Ok, so Im trying to go through all the release dates and work out my money situation  ahahaha

Can someone confirm/correct me on these?
Style Warriors - 15th June
*Naked Honey????*
Euristocrats - 3rd August
Colour Craft - 3rd August

Anyone got anymore dates?


----------



## sambibabe (Jun 1, 2009)

Quote:

   Originally Posted by *simplyenchantin* 

 
_Just looked at the post on T! The eyeshadows look *love* and they're re-releasing Rave pearlglide yayyyyy_

 
 I love the green and Rated R green!  How come they are not re-releasing Wolf? 
	

	
	
		
		

		
			





boudoirblonde, probably July sometimes?


----------



## annegal (Jun 1, 2009)

Pearlglide eyeliners!! <3 <3 <3
New eyeshadows!!! 
	

	
	
		
		

		
		
	


	






WOOOOOHHOOOOOOO
The greens and blues look really good!


----------



## simplyenchantin (Jun 1, 2009)

Lol, I got an email from MAC AU about the Perfect Style brush set and they switched around the brush descriptions for 222 and 263.. I was like "263 is used for eyeshadow blending? what?" haha.


----------



## lushlady15 (Jun 1, 2009)

simplyenchantin, I was thinking the exact same! hehe pretty sure I wouldn't be using the 263 for blending. I would be all over that set if I didn't already have 2 of the brushes. Such a fantastic deal!


----------



## annegal (Jun 2, 2009)

And so the brush set has sold out.....Before I even got a chance to pay for it


----------



## rockin26 (Jun 2, 2009)

I'm not surprised, they've been on there for well over a week but they only sent out an email about it yesterday so they would have been flooded after that.


----------



## piink_liily (Jun 2, 2009)

Quote:

   Originally Posted by *annegal* 

 
_And so the brush set has sold out.....Before I even got a chance to pay for it 
	

	
	
		
		

		
		
	


	


_

 
Arhhh!! I new I should have just put one on my credit card!!


----------



## Paramnesia (Jun 2, 2009)

I was so tempted by the brush set, i really wanted another 187 and 222.
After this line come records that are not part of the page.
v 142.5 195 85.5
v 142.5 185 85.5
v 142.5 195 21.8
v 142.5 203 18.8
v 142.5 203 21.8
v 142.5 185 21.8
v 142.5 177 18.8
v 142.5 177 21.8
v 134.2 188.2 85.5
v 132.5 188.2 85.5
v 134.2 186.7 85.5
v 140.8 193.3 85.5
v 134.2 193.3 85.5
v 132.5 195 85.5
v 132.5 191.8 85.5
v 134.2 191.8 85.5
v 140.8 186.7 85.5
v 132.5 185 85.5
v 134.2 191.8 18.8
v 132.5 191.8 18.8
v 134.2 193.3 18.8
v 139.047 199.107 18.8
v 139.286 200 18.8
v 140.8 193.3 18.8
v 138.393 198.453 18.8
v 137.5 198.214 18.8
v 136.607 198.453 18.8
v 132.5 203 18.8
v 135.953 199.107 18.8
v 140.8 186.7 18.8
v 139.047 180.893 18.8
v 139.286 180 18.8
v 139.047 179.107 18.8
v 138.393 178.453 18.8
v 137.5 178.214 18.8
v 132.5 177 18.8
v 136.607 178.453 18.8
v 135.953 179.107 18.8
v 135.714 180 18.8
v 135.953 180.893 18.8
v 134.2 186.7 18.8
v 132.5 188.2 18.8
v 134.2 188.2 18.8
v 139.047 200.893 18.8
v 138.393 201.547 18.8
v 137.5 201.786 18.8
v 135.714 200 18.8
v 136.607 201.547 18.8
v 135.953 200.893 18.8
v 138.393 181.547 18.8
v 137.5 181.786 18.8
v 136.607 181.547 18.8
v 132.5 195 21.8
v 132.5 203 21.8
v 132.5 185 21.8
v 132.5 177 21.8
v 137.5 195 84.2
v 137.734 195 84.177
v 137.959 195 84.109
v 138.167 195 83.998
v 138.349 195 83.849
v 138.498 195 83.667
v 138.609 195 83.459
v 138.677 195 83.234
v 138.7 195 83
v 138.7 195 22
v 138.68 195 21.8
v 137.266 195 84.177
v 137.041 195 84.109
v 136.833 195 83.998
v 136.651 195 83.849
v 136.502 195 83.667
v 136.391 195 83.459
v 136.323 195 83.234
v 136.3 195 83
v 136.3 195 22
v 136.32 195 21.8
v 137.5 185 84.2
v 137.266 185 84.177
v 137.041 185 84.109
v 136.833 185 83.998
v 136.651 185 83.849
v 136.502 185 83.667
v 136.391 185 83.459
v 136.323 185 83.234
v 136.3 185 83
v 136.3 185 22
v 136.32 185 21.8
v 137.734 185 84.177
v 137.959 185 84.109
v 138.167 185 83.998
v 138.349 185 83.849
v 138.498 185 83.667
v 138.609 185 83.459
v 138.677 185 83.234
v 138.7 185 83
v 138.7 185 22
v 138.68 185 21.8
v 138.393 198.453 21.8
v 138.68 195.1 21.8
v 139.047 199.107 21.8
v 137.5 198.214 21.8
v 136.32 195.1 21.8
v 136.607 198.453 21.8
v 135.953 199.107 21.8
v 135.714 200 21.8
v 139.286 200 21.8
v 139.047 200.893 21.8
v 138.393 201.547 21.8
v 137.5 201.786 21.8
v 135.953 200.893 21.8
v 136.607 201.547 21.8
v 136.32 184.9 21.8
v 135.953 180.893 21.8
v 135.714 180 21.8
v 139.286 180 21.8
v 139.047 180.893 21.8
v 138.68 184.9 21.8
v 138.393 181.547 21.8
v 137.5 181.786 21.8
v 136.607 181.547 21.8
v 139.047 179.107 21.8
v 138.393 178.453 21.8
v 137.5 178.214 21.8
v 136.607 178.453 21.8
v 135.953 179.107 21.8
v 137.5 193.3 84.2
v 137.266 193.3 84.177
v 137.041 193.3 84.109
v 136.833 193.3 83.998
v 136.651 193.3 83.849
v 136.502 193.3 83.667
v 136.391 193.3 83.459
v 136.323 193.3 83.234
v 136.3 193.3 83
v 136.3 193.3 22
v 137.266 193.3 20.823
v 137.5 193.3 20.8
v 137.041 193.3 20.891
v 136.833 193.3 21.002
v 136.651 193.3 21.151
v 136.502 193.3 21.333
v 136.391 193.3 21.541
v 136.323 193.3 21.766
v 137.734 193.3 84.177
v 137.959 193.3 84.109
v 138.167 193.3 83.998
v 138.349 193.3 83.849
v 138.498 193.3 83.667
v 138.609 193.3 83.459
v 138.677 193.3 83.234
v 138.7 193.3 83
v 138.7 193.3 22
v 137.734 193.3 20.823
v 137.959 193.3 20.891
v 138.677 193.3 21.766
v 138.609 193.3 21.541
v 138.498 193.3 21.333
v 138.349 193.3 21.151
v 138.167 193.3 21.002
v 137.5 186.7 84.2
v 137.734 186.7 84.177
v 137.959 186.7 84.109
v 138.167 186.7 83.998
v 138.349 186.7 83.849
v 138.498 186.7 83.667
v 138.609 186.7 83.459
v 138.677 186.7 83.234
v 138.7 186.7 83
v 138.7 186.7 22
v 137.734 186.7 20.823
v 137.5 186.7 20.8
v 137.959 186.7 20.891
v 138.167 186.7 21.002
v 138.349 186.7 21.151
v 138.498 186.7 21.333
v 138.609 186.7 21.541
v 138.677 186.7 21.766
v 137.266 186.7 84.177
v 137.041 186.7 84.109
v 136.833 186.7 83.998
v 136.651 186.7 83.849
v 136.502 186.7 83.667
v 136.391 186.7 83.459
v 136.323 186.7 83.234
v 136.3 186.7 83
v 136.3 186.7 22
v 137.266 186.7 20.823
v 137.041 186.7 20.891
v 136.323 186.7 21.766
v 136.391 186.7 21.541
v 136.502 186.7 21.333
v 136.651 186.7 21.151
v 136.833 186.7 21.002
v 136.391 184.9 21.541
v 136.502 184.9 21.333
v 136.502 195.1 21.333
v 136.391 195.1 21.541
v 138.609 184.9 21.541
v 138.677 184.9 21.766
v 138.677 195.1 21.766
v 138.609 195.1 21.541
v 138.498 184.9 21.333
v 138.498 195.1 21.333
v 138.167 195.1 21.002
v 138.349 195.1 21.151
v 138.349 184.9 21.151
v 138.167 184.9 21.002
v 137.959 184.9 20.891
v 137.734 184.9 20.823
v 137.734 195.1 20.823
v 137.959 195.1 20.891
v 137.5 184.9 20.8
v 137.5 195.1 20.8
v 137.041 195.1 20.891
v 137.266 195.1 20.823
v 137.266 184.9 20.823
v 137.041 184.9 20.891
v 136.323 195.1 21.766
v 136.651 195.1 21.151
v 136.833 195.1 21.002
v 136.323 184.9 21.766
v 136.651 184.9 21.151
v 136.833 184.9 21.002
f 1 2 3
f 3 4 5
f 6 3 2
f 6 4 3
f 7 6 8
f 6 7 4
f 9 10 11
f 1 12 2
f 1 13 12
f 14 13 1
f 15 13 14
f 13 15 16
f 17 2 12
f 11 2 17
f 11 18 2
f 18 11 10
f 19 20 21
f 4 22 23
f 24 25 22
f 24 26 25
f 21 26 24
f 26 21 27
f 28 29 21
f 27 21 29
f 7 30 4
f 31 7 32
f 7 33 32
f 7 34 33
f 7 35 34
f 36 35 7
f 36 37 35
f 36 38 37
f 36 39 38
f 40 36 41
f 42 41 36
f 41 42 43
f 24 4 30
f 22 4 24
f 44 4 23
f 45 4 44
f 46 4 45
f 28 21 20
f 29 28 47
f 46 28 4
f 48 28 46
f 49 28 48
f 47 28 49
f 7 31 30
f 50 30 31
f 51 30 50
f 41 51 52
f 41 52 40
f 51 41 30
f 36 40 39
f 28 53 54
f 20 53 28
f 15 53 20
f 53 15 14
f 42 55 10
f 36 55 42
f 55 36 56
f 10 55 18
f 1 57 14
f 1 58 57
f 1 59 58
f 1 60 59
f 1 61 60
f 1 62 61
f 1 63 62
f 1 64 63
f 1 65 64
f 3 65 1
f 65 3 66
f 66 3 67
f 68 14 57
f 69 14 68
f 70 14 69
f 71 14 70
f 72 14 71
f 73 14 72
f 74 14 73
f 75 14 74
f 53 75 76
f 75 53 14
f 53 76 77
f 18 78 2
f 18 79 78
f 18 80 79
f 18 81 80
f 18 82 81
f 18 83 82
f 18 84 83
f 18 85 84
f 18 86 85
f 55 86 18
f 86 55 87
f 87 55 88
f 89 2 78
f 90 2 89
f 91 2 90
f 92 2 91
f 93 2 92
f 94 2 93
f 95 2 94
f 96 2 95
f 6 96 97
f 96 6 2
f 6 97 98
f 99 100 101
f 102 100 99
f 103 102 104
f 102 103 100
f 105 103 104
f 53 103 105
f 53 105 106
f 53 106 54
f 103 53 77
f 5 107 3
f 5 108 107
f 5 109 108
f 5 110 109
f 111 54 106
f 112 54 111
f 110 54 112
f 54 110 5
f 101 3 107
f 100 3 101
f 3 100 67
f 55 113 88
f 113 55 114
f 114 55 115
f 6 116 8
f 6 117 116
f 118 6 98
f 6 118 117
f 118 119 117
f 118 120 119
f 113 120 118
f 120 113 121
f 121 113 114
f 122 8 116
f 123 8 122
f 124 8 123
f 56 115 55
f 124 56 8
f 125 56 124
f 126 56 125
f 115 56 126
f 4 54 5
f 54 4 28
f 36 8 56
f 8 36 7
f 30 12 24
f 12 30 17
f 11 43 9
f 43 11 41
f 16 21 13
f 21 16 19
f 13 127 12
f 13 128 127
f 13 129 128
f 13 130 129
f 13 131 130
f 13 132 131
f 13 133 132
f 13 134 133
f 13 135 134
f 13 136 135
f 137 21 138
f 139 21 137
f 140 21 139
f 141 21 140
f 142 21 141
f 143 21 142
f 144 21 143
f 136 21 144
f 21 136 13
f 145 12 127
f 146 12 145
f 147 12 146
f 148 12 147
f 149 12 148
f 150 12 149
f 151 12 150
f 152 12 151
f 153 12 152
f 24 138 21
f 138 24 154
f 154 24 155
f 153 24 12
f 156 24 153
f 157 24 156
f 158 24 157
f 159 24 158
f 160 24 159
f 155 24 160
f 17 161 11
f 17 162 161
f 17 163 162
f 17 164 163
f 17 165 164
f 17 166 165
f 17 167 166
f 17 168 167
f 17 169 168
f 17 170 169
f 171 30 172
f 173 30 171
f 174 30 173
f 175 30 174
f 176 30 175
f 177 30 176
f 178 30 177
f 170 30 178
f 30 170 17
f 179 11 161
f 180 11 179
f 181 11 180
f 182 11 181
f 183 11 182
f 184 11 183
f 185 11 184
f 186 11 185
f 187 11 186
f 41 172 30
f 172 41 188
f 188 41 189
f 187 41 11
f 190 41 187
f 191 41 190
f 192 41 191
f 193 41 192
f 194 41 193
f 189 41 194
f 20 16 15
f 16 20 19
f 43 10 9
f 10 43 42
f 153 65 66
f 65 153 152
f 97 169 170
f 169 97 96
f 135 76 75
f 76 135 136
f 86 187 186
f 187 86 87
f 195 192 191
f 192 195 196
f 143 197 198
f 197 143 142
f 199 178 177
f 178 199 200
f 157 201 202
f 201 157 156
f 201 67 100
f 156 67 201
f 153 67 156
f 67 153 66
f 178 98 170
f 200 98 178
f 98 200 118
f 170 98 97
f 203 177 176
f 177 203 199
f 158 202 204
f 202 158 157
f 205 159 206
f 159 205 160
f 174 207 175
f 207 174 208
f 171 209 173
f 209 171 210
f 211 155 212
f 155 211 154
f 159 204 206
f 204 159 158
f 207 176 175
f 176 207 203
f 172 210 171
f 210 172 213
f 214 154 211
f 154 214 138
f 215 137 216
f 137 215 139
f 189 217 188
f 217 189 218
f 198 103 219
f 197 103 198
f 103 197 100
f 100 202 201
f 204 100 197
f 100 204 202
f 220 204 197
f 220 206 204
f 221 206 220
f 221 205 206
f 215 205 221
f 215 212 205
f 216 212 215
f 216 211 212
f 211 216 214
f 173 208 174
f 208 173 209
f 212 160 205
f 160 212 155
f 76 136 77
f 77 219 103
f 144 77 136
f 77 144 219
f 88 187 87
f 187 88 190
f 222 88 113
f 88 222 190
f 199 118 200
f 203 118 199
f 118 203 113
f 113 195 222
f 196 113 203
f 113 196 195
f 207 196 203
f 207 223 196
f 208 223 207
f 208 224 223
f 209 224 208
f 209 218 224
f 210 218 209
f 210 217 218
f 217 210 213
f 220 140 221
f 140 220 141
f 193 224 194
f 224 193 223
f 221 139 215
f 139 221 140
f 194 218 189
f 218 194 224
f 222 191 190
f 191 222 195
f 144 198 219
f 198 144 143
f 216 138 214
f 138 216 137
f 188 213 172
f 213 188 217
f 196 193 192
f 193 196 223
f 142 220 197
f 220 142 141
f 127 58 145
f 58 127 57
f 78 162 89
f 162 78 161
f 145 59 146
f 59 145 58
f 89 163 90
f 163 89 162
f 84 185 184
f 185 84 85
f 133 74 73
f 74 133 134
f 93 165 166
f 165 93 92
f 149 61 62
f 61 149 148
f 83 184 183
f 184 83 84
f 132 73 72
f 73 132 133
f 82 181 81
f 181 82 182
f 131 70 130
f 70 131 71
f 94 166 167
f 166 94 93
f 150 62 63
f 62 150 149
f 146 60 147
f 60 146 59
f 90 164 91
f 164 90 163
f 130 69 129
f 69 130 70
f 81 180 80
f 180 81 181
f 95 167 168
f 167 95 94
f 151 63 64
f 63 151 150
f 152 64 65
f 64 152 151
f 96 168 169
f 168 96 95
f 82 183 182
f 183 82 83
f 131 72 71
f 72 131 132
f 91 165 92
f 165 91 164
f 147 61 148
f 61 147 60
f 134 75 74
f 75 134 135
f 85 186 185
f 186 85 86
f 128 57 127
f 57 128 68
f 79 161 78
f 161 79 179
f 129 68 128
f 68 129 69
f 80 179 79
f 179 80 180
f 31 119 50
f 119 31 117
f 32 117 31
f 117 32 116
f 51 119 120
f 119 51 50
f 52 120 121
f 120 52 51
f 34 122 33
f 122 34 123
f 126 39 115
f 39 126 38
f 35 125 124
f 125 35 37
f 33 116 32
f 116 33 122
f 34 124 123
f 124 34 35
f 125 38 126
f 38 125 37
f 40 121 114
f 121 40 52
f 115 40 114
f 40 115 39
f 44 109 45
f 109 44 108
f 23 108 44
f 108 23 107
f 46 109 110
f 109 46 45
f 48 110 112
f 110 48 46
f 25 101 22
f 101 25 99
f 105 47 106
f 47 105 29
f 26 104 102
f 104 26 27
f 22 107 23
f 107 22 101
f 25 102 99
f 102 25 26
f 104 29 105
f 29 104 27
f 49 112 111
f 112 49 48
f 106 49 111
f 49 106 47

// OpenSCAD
// Generated from the same CSG operations as STEP. Rebuild with spec/build_parent_hand_service.py.
difference(){difference(){difference(){difference(){difference(){difference(){difference(){union(){translate([132.5,185,18.8]) cube([10,10,66.7]);translate([132.5,177,18.8]) cube([10,26,3]);}translate([134.2,186.7,18.7]) cube([6.6,6.6,66.9]);}translate([132.4,188.2,18.7]) cube([5.1,3.6,67]);}translate([136.3,184.9,22]) cube([2.4,10.2,61]);}translate([137.5,184.9,22]) rotate([-90,0,0]) cylinder(r=1.2,h=10.2,$fn=32);}translate([137.5,184.9,83]) rotate([-90,0,0]) cylinder(r=1.2,h=10.2,$fn=32);}translate([137.5,180,18.7]) cylinder(r=1.7858514112073933,h=3.2,$fn=12);}translate([137.5,200,18.7]) cylinder(r=1.7858514112073933,h=3.2,$fn=12);}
Wow am I looking forward to seeing more pics of the love that look collection.


----------



## sambibabe (Jun 3, 2009)

I just made an executive decision: I am skipping Color Craft! 
	

	
	
		
		

		
		
	


	



Gosh it feels good!


----------



## rockin26 (Jun 3, 2009)

Quote:

   Originally Posted by *sambibabe* 

 
_I just made an executive decision: I am skipping Color Craft! 
	

	
	
		
		

		
		
	


	



Gosh it feels good!_

 





OK PEOPLE WHO WANTS TO START OFF THE ODDS HERE? 100-1??






If you do it Nat I'll be mighty proud of ya


----------



## sambibabe (Jun 3, 2009)

Quote:

   Originally Posted by *rockin26* 

 
_





OK PEOPLE WHO WANTS TO START OFF THE ODDS HERE? 100-1??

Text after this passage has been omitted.